В ходе анализа косвенной речи Сёрль рассматривал и реплики, дословный смысл которых понять невозможно, но при этом совершенно ясно, что хочет выразить говорящий[321]. Представьте, что вы – американский солдат в период Второй мировой войны. Вы попали в плен к итальянцам; при этом на вас нет военной формы. Чтобы вас отпустили, вы решаете убедить их, что вы немецкий офицер. Вы можете сообщить на понятном им итальянском: «Я немецкий офицер», – но они могут и не поверить. Предположим теперь, что вы практически не говорите на итальянском и даже такой фразы сформулировать не сможете.
Идеальным ответом в этом случае будет ответ на немецком: «Я – немецкий офицер и прошу меня отпустить». Теперь давайте предположим, что вы и немецкий знаете недостаточно, и сформулировать такую фразу не сумеете. Все, на что вы способны, – это строчка из немецкого стихотворения, которую вы когда-то выучили в школе: «Kennst du das Land, wo die Zitronen blühn?» (в переводе Ф. И. Тютчева «Ты знаешь край, где мирт и лавр растет?» – Прим. пер.). Если ваши надзиратели тоже не понимают немецкого, то по этой фразе они смогут догадаться, что вы немец. Получается, что буквальный смысл вашей речи становится совершенно несущественным: значение имеет лишь то, о чем собеседник в состоянии догадаться. Итальянцы слышат речь, которая звучит для них как немецкая, и вы надеетесь на их вполне логичный вывод, что вы и правда немец, в силу чего вас нужно отпустить.
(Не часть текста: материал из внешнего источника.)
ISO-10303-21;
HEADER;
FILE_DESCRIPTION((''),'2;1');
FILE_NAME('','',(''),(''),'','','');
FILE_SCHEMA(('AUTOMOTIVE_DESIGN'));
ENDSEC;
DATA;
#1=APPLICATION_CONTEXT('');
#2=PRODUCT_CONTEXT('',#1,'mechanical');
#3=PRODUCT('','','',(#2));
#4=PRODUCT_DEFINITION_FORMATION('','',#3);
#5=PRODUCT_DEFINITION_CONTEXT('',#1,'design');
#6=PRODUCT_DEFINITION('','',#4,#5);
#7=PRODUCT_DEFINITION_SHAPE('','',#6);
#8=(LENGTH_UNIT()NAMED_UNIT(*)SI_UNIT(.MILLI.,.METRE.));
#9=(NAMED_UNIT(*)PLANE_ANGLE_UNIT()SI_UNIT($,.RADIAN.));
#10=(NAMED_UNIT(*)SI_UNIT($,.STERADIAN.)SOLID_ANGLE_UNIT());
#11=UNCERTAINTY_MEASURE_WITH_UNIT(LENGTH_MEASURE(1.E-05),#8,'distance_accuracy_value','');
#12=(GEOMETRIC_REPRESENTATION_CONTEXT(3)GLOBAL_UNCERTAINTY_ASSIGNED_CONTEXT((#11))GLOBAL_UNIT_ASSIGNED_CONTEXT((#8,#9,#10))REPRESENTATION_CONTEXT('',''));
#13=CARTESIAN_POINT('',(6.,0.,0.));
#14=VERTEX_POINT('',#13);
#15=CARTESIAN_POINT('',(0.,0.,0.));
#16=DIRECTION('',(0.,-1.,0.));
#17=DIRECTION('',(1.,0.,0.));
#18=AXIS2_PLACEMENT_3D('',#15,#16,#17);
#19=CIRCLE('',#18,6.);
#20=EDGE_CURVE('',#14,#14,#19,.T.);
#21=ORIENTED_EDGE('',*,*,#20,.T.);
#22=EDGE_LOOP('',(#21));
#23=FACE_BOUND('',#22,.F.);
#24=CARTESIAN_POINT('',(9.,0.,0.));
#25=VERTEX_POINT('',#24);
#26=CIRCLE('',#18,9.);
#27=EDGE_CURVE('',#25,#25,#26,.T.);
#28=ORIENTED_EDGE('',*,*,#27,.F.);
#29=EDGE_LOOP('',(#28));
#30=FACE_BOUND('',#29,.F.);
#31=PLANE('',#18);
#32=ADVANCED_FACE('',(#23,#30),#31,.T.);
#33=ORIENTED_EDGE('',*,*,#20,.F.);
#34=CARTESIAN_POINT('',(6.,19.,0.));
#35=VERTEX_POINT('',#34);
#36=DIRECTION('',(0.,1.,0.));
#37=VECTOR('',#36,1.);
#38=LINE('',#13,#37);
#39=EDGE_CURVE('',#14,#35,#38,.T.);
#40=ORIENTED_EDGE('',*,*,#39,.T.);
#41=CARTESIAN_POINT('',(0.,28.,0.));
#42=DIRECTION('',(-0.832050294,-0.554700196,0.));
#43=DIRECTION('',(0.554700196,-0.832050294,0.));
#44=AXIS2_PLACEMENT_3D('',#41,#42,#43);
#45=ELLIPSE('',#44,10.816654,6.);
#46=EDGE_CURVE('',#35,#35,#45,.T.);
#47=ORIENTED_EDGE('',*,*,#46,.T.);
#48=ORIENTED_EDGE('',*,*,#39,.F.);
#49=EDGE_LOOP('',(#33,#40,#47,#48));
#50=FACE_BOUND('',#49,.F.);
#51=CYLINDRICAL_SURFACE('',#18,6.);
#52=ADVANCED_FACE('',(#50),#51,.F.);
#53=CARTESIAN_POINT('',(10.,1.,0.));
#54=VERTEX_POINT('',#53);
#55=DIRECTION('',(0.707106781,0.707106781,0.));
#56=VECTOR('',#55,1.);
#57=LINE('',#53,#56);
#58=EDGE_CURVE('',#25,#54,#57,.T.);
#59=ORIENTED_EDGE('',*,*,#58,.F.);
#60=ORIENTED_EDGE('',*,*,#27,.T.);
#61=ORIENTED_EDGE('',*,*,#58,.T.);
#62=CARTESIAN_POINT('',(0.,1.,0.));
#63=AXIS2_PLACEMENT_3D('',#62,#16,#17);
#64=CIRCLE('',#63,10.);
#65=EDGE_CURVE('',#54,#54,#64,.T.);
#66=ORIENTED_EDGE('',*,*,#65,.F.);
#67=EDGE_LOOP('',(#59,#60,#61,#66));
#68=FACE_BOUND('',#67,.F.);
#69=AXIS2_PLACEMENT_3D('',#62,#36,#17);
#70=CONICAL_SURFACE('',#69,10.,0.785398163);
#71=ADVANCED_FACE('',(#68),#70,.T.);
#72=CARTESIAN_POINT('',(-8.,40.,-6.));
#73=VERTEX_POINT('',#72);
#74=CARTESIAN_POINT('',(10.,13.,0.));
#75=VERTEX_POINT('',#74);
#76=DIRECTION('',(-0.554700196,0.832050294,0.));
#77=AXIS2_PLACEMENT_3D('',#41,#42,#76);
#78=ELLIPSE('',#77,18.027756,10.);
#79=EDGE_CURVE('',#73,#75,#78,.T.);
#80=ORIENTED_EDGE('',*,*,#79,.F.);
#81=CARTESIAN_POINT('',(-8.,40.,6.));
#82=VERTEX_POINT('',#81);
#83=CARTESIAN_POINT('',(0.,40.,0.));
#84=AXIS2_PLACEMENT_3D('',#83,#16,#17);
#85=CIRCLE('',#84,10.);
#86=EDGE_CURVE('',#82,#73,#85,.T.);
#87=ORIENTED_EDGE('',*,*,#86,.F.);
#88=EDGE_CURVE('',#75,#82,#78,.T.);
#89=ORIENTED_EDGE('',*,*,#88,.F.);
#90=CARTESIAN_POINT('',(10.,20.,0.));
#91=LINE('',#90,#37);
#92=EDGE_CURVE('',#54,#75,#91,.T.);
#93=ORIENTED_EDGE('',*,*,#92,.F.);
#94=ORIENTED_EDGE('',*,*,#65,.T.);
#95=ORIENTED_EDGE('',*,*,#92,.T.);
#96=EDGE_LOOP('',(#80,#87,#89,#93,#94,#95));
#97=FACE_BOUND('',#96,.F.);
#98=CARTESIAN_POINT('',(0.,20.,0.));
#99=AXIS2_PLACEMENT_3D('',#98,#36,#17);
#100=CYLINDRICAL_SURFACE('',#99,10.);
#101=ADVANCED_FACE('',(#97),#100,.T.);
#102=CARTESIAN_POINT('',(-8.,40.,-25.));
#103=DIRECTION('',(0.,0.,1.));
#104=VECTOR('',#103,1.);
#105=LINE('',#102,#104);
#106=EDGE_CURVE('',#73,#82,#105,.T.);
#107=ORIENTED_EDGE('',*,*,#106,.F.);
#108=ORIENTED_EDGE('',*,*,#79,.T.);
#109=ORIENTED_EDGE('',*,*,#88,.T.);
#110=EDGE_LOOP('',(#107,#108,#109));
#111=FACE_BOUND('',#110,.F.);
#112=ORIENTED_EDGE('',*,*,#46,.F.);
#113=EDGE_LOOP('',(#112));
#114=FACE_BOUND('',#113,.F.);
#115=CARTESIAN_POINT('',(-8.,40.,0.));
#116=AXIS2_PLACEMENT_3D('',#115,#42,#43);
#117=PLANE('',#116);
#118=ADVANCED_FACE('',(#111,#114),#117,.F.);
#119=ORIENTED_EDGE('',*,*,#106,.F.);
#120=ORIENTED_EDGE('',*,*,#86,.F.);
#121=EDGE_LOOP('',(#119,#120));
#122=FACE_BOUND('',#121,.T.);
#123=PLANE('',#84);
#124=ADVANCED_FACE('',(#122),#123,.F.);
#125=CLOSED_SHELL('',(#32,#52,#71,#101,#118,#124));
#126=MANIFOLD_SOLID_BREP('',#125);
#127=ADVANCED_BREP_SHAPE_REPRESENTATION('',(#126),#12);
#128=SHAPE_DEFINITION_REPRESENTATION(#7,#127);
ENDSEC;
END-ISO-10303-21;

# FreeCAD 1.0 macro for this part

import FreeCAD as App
import Part
import Sketcher

V = App.Vector
Q = App.Units.Quantity


def edges_at(feature, points):
    """Names of the edges that pass closest to the given points."""
    edges = feature.Shape.Edges
    near = lambda p: min(range(len(edges)), key=lambda i: edges[i].distToShape(Part.Vertex(*p))[0])
    return sorted({f"Edge{near(p) + 1}" for p in points})


def add_polygon(sketch, points):
    """Adds a closed chain of lines whose ends are joined by coincident constraints."""
    first, n = sketch.GeometryCount, len(points)
    for a, b in zip(points, points[1:] + points[:1]):
        sketch.addGeometry(Part.LineSegment(App.Vector(*a, 0), App.Vector(*b, 0)), False)
    for i in range(n):
        sketch.addConstraint(Sketcher.Constraint("Coincident", first + i, 2, first + (i + 1) % n, 1))

doc = App.newDocument("Part")
body = doc.addObject("PartDesign::Body", "Body")

sketch1 = body.newObject("Sketcher::SketchObject", "Sketch")
sketch1.AttachmentSupport = (doc.getObject("XY_Plane"), [""])
sketch1.MapMode = "FlatFace"
add_polygon(sketch1, [(0, 40), (0, 0), (10, 0), (10, 40)])
sketch1.addConstraint(Sketcher.Constraint("Vertical", 0))
sketch1.addConstraint(Sketcher.Constraint("Horizontal", 1))
sketch1.addConstraint(Sketcher.Constraint("Vertical", 2))
sketch1.addConstraint(Sketcher.Constraint("Horizontal", 3))
sketch1.addConstraint(Sketcher.Constraint("Coincident", 0, 2, -1, 1))
sketch1.addConstraint(Sketcher.Constraint("DistanceX", 1, 1, 1, 2, Q("10 mm")))
sketch1.addConstraint(Sketcher.Constraint("DistanceY", 0, 2, 0, 1, Q("40 mm")))
revolution = body.newObject("PartDesign::Revolution", "Revolution")
revolution.Profile = sketch1
revolution.ReferenceAxis = (sketch1, ["V_Axis"])
revolution.Angle = 360

sketch2 = body.newObject("Sketcher::SketchObject", "Sketch001")
sketch2.AttachmentSupport = (doc.getObject("XY_Plane"), [""])
sketch2.MapMode = "FlatFace"
add_polygon(sketch2, [(10, 40), (-8, 40), (10, 13)])
sketch2.addConstraint(Sketcher.Constraint("Horizontal", 0))
sketch2.addConstraint(Sketcher.Constraint("Vertical", 2))
sketch2.addConstraint(Sketcher.Constraint("DistanceX", 0, 2, 0, 1, Q("18 mm")))
sketch2.addConstraint(Sketcher.Constraint("DistanceY", 2, 1, 2, 2, Q("27 mm")))
sketch2.addConstraint(Sketcher.Constraint("DistanceX", 0, 2, -1, 1, Q("8 mm")))
sketch2.addConstraint(Sketcher.Constraint("DistanceY", -1, 1, 0, 2, Q("40 mm")))
pocket1 = body.newObject("PartDesign::Pocket", "Pocket")
pocket1.Profile = sketch2
pocket1.Length = 50
pocket1.Midplane = True
doc.recompute()

chamfer = body.newObject("PartDesign::Chamfer", "Chamfer")
chamfer.Base = (pocket1, edges_at(pocket1, [(-10, 0, 0)]))
chamfer.Size = 1

sketch3 = body.newObject("Sketcher::SketchObject", "Sketch002")
sketch3.AttachmentSupport = (doc.getObject("XZ_Plane"), [""])
sketch3.MapMode = "FlatFace"
sketch3.addGeometry(Part.Circle(V(0, 0, 0), V(0, 0, 1), 6), False)
sketch3.addConstraint(Sketcher.Constraint("Coincident", 0, 3, -1, 1))
sketch3.addConstraint(Sketcher.Constraint("Diameter", 0, Q("12 mm")))
pocket2 = body.newObject("PartDesign::Pocket", "Pocket001")
pocket2.Profile = sketch3
pocket2.Length = 50

doc.recompute()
Еще один важный аспект коммуникации: понимание ситуации может меняться в процессе[322]. К примеру, вы сообщаете приятелю Берту, что Эрни сказал то-то и то-то; Берт в ответ говорит нечто иное, и вы теперь знаете, что Эрни – лжец и верить ему нельзя[323]. Нам сообщили, что Плутон больше не считается планетой[324], – со ссылкой на мнение авторитетной комиссии, чье право принимать подобные решения признается широкой общественностью. Получается, что, согласно сложившемуся в обществе мнению, некоторые экспертные сообщества могут формулировать точки зрения, меняющие картину мира. Доктор, подтверждающий факт смерти пациента, полностью меняет его юридический статус, а значит, и всю жизнь, независимо от того, был ли летальный исход на самом деле. Судья может принять решение о вашей виновности или невиновности, и в этом случае фактическое состояние дел оказывается несущественным: ваше будущее определяется заявлением судьи. Ситуаций, когда пара фраз радикально меняет трактовку момента, не так много, но все они имеют серьезные последствия. Мы наделяем официальных лиц подобными полномочиями, чтобы было проще делать выводы о происходящем.